View on GitHub

DataEng-Data-Pipeline-with-Airflow

Airflow data pipeline to transform source data in AWS S3 to data warehouse in Redshift.

Airflow Data Pipeline for AWS S3 -> Redshift

Project by Berk Hakbilen

Introduction

A project to create high grade data pipelines that are dynamic and built from reusable tasks, can be monitored, and allow easy backfills.

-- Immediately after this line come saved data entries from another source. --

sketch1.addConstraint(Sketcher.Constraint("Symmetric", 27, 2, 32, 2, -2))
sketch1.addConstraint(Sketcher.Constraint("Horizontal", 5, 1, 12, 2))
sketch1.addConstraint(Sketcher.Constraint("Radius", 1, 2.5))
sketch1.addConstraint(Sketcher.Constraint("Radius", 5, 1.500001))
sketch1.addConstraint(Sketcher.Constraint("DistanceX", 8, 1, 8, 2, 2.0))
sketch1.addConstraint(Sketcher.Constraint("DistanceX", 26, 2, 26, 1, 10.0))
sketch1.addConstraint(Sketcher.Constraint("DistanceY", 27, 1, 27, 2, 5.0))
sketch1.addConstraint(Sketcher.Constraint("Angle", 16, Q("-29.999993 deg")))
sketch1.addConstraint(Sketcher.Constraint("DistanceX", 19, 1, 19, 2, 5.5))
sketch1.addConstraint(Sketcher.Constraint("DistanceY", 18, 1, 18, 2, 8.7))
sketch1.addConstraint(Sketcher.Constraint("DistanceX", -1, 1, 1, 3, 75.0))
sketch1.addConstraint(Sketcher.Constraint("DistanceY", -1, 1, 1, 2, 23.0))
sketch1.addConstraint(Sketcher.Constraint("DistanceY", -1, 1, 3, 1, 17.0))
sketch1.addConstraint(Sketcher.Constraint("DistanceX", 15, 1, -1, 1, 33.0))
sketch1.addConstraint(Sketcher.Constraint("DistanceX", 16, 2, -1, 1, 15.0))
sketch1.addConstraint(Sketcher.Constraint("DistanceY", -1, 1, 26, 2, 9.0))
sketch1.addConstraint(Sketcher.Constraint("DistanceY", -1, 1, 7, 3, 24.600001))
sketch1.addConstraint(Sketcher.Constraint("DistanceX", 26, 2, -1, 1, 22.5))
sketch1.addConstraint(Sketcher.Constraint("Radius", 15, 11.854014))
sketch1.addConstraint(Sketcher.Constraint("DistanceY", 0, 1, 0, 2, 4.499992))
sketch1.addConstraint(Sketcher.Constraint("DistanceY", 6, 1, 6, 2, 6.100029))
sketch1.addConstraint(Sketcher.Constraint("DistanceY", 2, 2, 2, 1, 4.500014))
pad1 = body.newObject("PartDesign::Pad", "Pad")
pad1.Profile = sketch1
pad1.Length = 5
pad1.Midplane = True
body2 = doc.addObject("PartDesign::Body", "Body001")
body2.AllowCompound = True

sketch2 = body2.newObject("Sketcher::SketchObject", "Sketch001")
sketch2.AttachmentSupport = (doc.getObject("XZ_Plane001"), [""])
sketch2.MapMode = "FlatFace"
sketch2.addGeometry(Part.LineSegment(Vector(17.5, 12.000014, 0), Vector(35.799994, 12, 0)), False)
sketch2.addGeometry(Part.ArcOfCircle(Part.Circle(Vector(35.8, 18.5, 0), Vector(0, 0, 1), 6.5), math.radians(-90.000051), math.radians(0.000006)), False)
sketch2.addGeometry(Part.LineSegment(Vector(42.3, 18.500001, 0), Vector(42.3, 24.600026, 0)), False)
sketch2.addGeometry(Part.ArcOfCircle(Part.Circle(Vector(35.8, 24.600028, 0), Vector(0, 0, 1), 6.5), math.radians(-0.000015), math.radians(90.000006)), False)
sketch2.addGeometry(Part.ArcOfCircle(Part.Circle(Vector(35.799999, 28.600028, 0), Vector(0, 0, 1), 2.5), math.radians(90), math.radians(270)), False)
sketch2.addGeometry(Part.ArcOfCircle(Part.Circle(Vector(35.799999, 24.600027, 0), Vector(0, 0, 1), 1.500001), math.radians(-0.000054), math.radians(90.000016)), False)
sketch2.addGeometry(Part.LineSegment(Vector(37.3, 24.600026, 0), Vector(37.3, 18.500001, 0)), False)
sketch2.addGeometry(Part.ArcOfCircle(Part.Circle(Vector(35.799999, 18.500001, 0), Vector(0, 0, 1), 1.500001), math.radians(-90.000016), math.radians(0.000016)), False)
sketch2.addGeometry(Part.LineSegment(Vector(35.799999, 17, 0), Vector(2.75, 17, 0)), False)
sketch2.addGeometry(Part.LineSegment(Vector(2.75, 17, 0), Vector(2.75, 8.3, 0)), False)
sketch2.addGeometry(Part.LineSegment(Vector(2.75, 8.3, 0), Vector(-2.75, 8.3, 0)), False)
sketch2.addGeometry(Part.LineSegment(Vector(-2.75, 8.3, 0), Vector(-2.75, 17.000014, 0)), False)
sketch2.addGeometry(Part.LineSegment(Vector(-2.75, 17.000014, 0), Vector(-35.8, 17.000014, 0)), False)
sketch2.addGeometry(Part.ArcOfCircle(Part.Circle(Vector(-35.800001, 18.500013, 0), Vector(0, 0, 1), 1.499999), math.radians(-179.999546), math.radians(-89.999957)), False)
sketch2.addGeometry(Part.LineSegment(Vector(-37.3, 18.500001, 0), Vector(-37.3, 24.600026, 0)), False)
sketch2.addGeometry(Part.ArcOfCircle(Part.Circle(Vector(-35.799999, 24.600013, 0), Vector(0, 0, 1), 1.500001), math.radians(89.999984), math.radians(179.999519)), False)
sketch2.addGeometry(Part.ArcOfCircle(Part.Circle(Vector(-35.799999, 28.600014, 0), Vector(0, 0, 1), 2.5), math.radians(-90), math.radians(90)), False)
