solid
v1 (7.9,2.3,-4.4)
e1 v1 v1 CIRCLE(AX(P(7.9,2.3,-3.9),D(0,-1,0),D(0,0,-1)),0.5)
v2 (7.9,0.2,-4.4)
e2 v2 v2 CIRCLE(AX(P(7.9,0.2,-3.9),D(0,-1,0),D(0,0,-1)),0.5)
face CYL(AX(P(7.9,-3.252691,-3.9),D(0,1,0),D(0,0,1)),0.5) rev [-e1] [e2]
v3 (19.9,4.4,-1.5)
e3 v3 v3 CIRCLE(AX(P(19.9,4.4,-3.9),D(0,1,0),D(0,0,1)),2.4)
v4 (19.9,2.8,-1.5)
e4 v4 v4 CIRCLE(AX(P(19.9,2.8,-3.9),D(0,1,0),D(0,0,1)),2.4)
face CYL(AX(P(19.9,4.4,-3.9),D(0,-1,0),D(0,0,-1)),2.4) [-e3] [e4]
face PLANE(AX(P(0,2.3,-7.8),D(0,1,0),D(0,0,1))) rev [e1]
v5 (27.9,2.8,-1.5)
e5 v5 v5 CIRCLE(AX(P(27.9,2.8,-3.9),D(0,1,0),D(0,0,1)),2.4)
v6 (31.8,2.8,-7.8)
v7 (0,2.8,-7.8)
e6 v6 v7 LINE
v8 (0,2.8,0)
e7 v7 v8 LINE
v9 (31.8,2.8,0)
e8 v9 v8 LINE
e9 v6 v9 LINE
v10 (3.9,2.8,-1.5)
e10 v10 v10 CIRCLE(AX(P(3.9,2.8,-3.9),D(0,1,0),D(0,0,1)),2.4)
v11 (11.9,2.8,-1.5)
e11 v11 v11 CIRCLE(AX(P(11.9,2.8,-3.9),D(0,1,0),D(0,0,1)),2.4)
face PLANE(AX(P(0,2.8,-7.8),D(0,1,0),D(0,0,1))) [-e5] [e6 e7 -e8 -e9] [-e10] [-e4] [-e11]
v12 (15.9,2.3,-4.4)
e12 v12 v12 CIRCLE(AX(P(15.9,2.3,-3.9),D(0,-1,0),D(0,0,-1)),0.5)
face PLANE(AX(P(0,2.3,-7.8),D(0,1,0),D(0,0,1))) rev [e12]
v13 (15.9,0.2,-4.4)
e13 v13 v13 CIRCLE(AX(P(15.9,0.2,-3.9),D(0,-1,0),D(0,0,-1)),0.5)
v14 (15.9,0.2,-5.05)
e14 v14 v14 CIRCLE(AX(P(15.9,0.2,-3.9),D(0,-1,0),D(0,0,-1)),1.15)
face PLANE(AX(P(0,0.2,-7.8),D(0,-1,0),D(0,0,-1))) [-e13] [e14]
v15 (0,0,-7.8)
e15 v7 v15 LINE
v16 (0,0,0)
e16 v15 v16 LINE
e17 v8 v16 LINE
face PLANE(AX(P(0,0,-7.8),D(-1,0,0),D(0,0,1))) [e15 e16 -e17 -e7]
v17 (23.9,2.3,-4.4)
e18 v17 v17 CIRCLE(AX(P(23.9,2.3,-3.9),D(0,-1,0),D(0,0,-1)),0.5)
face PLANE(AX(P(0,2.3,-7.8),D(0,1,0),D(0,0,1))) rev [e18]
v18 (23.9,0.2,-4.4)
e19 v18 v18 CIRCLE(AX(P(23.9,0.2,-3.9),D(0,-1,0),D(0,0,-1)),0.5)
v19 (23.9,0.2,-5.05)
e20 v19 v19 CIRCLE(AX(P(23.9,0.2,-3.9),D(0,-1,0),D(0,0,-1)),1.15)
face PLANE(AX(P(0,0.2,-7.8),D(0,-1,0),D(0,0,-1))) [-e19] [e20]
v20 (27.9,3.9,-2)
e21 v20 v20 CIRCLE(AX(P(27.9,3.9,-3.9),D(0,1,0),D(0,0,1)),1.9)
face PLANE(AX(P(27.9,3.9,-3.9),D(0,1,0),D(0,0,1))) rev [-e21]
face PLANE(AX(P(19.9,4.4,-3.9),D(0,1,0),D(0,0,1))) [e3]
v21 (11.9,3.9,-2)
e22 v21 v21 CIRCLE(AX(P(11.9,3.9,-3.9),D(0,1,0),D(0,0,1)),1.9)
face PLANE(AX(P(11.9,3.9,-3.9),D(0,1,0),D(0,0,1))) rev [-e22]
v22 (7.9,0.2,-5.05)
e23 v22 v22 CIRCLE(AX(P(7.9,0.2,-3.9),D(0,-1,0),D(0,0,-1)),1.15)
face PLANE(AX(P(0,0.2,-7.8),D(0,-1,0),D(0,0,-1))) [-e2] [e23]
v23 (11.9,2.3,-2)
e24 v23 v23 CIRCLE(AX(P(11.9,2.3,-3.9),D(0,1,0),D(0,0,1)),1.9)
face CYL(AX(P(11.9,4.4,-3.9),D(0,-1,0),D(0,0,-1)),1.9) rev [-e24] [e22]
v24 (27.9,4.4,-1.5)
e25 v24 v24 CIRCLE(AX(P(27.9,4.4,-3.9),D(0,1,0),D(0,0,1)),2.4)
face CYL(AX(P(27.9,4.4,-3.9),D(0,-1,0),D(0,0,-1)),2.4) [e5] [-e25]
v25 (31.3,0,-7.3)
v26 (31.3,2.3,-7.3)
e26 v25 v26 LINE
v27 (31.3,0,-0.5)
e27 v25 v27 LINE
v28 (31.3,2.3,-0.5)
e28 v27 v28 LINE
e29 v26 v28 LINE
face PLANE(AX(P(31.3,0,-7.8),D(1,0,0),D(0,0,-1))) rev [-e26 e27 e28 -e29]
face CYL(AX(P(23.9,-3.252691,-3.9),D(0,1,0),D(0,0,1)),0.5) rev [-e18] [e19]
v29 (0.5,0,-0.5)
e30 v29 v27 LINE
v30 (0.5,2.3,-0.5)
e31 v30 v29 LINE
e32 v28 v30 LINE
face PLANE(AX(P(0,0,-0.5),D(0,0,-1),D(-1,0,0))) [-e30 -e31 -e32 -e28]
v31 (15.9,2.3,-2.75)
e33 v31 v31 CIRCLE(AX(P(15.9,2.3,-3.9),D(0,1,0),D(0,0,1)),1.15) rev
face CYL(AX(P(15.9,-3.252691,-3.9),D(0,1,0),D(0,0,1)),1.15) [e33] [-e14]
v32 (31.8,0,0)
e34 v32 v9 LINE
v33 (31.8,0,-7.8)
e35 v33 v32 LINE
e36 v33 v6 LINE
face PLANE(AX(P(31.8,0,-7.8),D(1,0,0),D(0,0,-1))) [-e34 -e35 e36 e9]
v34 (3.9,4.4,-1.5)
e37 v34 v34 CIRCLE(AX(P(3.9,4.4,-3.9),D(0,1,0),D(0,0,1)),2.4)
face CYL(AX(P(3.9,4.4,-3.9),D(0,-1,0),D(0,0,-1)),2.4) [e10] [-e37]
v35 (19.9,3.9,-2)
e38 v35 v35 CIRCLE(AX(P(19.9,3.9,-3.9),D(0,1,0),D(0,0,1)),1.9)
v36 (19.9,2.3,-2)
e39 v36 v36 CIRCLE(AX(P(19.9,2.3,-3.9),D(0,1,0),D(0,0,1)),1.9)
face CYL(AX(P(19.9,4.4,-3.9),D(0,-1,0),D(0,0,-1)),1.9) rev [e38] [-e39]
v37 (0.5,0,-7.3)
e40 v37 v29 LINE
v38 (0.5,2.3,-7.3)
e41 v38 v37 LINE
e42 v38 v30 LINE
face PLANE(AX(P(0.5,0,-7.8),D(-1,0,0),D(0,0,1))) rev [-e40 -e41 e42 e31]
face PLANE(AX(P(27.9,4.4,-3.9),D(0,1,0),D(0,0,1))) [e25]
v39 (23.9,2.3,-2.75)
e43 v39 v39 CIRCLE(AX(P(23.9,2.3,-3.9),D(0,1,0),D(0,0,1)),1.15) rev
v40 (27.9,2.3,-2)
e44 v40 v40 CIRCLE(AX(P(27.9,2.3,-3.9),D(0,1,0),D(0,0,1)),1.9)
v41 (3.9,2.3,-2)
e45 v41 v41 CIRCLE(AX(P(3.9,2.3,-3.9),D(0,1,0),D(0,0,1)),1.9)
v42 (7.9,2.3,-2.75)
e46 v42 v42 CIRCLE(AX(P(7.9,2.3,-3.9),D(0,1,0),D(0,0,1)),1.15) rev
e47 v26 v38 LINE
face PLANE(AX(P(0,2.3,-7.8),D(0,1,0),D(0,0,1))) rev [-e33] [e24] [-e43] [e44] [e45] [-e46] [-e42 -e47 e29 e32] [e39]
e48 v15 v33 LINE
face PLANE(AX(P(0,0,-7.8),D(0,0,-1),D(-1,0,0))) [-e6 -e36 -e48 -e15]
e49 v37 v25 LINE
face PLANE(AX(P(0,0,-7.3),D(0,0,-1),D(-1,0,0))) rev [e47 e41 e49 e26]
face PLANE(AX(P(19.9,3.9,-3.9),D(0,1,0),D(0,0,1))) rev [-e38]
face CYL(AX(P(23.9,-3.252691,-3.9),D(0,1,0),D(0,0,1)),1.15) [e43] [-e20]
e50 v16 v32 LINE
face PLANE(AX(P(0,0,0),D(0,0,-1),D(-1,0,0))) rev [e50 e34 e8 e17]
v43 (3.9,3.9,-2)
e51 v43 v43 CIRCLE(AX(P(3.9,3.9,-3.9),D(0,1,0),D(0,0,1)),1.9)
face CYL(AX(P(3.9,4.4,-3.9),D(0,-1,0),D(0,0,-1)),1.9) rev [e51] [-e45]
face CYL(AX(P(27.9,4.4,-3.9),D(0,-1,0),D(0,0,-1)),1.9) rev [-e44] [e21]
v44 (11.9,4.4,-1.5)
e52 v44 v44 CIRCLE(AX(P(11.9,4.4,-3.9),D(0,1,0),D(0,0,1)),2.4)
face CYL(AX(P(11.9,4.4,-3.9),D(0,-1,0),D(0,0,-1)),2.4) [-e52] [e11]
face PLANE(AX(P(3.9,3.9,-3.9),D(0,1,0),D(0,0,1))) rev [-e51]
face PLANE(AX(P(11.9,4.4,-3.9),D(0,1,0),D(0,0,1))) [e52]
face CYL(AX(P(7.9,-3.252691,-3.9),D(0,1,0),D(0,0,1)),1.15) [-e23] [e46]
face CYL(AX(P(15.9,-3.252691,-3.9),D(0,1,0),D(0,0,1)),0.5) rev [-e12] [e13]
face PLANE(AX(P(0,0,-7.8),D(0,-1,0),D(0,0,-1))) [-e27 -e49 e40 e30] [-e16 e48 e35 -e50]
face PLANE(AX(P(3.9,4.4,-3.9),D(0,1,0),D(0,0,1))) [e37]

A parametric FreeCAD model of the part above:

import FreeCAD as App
import Part
import Sketcher
Q = App.Units.Quantity


def faces_at(feature, points):
    """Names of the faces that lie closest to the given points."""
    faces = feature.Shape.Faces
    near = lambda p: min(range(len(faces)), key=lambda i: faces[i].distToShape(Part.Vertex(*p))[0])
    return sorted({f"Face{near(p) + 1}" for p in points})


def add_polygon(sketch, points):
    """Adds a closed chain of lines whose ends are joined by coincident constraints."""
    first, n = sketch.GeometryCount, len(points)
    for a, b in zip(points, points[1:] + points[:1]):
        sketch.addGeometry(Part.LineSegment(App.Vector(*a, 0), App.Vector(*b, 0)), False)
    for i in range(n):
        sketch.addConstraint(Sketcher.Constraint("Coincident", first + i, 2, first + (i + 1) % n, 1))

doc = App.newDocument("Part")
body = doc.addObject("PartDesign::Body", "Body")

sketch1 = body.newObject("Sketcher::SketchObject", "Sketch")
sketch1.AttachmentSupport = (doc.getObject("XY_Plane"), [""])
sketch1.MapMode = "FlatFace"
add_polygon(sketch1, [(0, 2.8), (0, 0), (31.8, 0), (31.8, 2.8)])
sketch1.addConstraint([
    Sketcher.Constraint("Vertical", 0),
    Sketcher.Constraint("Horizontal", 1),
    Sketcher.Constraint("Vertical", 2),
    Sketcher.Constraint("Horizontal", 3),
    Sketcher.Constraint("Coincident", 0, 2, -1, 1),
    Sketcher.Constraint("DistanceX", 1, 1, 1, 2, Q("31.8 mm")),
    Sketcher.Constraint("DistanceY", 0, 2, 0, 1, Q("2.8 mm")),
])
pad1 = body.newObject("PartDesign::Pad", "Pad")
pad1.Profile = sketch1
pad1.Length = 7.8
pad1.Reversed = True

sketch2 = body.newObject("Sketcher::SketchObject", "Sketch001")
sketch2.AttachmentSupport = (doc.getObject("XZ_Plane"), [""])
sketch2.MapMode = "FlatFace"
sketch2.AttachmentOffset = App.Placement(App.Vector(0, 0, -2.8), App.Rotation())
sketch2.addGeometry(Part.Circle(App.Vector(3.9, -3.9, 0), App.Vector(0, 0, 1), 2.4), False)
sketch2.addConstraint([
    Sketcher.Constraint("Diameter", 0, Q("4.8 mm")),
    Sketcher.Constraint("DistanceX", -1, 1, 0, 3, Q("3.9 mm")),
    Sketcher.Constraint("DistanceY", 0, 3, -1, 1, Q("3.9 mm")),
])
pad2 = body.newObject("PartDesign::Pad", "Pad001")
pad2.Profile = sketch2
pad2.Length = 1.6
pad2.Reversed = True
doc.recompute()

linearpattern = body.newObject("PartDesign::LinearPattern", "LinearPattern")
linearpattern.Originals = [pad2]
linearpattern.Direction = (doc.getObject("X_Axis"), [""])
linearpattern.Mode = "offset"
linearpattern.Offset = 8
linearpattern.Occurrences = 4
body.Tip = linearpattern
doc.recompute()

thickness = body.newObject("PartDesign::Thickness", "Thickness")
thickness.Base = (linearpattern, faces_at(linearpattern, [(15.9, 0, -3.9)]))
thickness.Value = 0.5
thickness.Reversed = True
thickness.Join = "Intersection"

sketch3 = body.newObject("Sketcher::SketchObject", "Sketch002")
sketch3.AttachmentSupport = (doc.getObject("XZ_Plane"), [""])
sketch3.MapMode = "FlatFace"
sketch3.AttachmentOffset = App.Placement(App.Vector(0, 0, -2.3), App.Rotation())
sketch3.addGeometry([
    Part.Circle(App.Vector(7.9, -3.9, 0), App.Vector(0, 0, 1), 1.15),
    Part.Circle(App.Vector(7.9, -3.9, 0), App.Vector(0, 0, 1), 0.5),
], False)
sketch3.addConstraint([
    Sketcher.Constraint("Coincident", 1, 3, 0, 3),
    Sketcher.Constraint("Diameter", 1, Q("1 mm")),
    Sketcher.Constraint("Diameter", 0, Q("2.3 mm")),
    Sketcher.Constraint("DistanceX", -1, 1, 0, 3, Q("7.9 mm")),
    Sketcher.Constraint("DistanceY", 0, 3, -1, 1, Q("3.9 mm")),
])
pad3 = body.newObject("PartDesign::Pad", "Pad002")
pad3.Profile = sketch3
pad3.Length = 2.1
doc.recompute()

linearpattern2 = body.newObject("PartDesign::LinearPattern", "LinearPattern001")
linearpattern2.Originals = [pad3]
linearpattern2.Direction = (doc.getObject("X_Axis"), [""])
linearpattern2.Mode = "offset"
linearpattern2.Offset = 8
linearpattern2.Occurrences = 3
body.Tip = linearpattern2

doc.recompute()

The source data resides in S3 and needs to be processed in Sparkify’s data warehouse in Amazon Redshift. The source datasets consist of JSON logs that tell about user activity in the application and JSON metadata about the songs the users listen to.

DAG

Project Directory Structure

airflow-data-pipeline
│   README.md                    # Readme
│   docker-compose.yml           # Docker container configuration  
│   requirements.txt             # Requreiments file including python dependencies
└───airflow                      # Main airflow directory
|   |               
│   └───dags                     
│   |      main_dag.py  #Python file to create and configure the DAG
|   |      create_tables.sql  #SQL queries to create the staging,fact and dimension tables on redshift
|   └───plugins
│       │  
|       └───helpers
|       |      sql_queries.py     # SQL queries to insert data into tables
|       |
|       └───operators
|       |      data_quality.py    # DataQualityOperator
|       |      load_dimension.py  # LoadDimensionOperator
|       |      load_fact.py       # LoadFactOperator
|       |      stage_redshift.py  # StageToRedshiftOperator

Requirements

Python3
Docker
Docker Compose
AWS account and Redshift cluster

Quick Start

Clone repository to local machine

clone the repository to your local directory

Create python virtual environment

python3 -m venv venv             # create virtualenv
source venv/bin/activate         # activate virtualenv
pip install -r requirements.txt  # install requirements

Start the docker container

Feel free to run the docker container directly if you are satisfied with default configuration.

docker-compose up

Check the Airflow UI

Go to http://localhost:8080

Username: user

Password: password

Configure Airflow connections for AWS and Redshift

Click on the Admin tab and select Connections.
Under Connections, select Create.
On the create connection page, enter the following values:
- Conn Id: Enter aws_credentials.
- Conn Type: Enter Amazon Web Services.
- Login: Enter your Access key ID from the IAM User credentials.
- Password: Enter your Secret access key from the IAM User credentials.

Once you’ve entered these values, select Save and Add Another.

On the next create connection page, enter the following values:
- Conn Id: Enter redshift.
- Conn Type: Enter Postgres.
- Host: Enter the endpoint of your Redshift cluster without the port at the end.
- Schema: Enter the Redshift database you want to connect to.
- Password: Enter the password you created when launching your Redshift cluster.
- Port: Enter 5439. Once you’ve entered these values, select Save.

Start the DAG

Start the DAG by switching it state from OFF to ON.

Refresh and click on the main_dag to view the current state.

Check for any errors that may come up in the pipeline.